* **Assignment**
In how many lines of the data does the word "thing" appear? Give the number by itself.

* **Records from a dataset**
========================================

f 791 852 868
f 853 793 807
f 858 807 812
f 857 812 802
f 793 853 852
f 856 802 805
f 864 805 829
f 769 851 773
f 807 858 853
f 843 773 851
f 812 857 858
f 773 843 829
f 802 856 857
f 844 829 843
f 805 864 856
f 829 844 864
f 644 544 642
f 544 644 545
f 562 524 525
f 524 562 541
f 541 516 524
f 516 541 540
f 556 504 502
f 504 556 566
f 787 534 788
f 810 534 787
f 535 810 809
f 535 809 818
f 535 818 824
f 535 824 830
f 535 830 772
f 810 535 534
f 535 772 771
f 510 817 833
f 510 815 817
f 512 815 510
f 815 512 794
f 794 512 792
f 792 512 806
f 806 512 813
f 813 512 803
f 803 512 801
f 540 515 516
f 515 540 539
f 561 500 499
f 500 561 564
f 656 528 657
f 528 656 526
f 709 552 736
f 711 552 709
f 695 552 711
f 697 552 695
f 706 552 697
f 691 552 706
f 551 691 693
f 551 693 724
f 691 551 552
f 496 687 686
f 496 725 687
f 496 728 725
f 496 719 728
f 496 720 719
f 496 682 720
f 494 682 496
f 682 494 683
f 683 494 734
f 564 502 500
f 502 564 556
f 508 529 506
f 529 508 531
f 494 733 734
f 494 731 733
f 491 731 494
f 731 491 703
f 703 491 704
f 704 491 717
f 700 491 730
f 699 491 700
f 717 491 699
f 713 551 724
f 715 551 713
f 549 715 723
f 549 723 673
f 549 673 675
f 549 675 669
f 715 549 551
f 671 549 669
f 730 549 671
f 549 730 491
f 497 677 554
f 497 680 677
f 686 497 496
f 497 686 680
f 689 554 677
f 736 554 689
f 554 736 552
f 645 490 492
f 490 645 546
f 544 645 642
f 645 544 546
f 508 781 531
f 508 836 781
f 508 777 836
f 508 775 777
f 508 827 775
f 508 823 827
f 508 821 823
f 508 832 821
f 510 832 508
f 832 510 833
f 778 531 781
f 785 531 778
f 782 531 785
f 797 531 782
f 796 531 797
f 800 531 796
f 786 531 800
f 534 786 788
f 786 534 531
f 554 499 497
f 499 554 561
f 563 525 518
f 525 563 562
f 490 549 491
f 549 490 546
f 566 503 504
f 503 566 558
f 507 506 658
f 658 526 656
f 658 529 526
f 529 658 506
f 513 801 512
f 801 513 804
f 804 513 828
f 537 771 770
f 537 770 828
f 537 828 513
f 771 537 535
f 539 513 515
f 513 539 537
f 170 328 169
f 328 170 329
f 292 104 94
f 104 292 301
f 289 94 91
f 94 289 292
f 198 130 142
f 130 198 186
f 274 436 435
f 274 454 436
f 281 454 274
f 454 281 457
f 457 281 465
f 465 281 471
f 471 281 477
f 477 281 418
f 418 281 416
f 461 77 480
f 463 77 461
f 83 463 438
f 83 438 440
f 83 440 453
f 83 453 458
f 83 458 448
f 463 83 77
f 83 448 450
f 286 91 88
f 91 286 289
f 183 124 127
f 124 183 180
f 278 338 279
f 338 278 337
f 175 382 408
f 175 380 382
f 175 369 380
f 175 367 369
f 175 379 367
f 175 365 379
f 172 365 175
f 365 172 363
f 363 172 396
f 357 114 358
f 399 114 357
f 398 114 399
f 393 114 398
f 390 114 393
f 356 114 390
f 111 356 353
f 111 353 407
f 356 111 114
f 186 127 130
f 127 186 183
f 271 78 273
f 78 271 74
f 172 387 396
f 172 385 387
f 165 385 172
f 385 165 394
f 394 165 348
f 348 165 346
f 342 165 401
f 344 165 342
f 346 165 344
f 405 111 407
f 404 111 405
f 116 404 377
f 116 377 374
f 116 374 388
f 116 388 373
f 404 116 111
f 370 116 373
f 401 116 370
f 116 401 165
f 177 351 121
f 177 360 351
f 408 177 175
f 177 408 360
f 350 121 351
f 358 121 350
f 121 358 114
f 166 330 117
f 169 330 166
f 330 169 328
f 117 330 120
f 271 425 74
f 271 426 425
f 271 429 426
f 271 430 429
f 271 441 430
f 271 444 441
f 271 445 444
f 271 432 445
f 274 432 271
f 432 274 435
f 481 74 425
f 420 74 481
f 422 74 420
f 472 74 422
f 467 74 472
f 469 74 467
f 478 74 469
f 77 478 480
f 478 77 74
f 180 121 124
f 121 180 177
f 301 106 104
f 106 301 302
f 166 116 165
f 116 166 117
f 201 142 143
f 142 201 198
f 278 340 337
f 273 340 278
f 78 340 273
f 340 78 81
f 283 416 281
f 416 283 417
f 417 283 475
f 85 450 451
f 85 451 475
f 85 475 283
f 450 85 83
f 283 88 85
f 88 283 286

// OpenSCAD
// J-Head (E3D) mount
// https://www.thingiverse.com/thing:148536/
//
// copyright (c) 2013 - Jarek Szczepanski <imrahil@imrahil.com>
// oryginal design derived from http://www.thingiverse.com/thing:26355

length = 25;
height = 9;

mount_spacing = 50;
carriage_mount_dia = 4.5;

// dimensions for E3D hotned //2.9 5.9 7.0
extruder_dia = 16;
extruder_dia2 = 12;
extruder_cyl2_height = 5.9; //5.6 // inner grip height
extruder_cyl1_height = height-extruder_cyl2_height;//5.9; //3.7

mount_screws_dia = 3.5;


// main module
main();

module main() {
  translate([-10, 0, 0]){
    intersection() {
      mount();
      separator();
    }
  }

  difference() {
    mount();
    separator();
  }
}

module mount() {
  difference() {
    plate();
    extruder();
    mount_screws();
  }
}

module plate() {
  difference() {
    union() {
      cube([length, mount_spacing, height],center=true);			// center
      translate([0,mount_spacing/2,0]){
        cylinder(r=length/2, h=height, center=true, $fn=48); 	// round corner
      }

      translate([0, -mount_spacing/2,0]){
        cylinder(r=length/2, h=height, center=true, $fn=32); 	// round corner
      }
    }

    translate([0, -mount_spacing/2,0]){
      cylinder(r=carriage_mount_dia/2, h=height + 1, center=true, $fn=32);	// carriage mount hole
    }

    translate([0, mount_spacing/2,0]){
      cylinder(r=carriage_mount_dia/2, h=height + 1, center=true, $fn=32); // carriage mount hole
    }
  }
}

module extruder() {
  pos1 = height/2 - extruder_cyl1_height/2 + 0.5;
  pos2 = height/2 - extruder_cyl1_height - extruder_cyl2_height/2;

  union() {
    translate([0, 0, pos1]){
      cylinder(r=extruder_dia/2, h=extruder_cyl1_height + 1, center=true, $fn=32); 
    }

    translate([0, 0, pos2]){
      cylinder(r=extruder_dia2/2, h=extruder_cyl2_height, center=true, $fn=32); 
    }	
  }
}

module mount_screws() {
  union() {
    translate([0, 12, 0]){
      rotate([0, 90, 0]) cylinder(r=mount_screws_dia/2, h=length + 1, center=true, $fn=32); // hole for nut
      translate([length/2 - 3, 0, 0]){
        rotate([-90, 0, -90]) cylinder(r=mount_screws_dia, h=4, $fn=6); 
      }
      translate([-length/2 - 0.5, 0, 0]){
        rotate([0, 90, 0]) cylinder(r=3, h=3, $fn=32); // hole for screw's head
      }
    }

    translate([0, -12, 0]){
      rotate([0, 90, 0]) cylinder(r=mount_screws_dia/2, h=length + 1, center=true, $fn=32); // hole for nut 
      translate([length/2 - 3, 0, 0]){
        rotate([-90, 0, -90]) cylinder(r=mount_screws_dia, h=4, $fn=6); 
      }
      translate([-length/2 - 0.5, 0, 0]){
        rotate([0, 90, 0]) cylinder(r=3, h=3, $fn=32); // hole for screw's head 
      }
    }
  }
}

========================================

* **Answer section**
2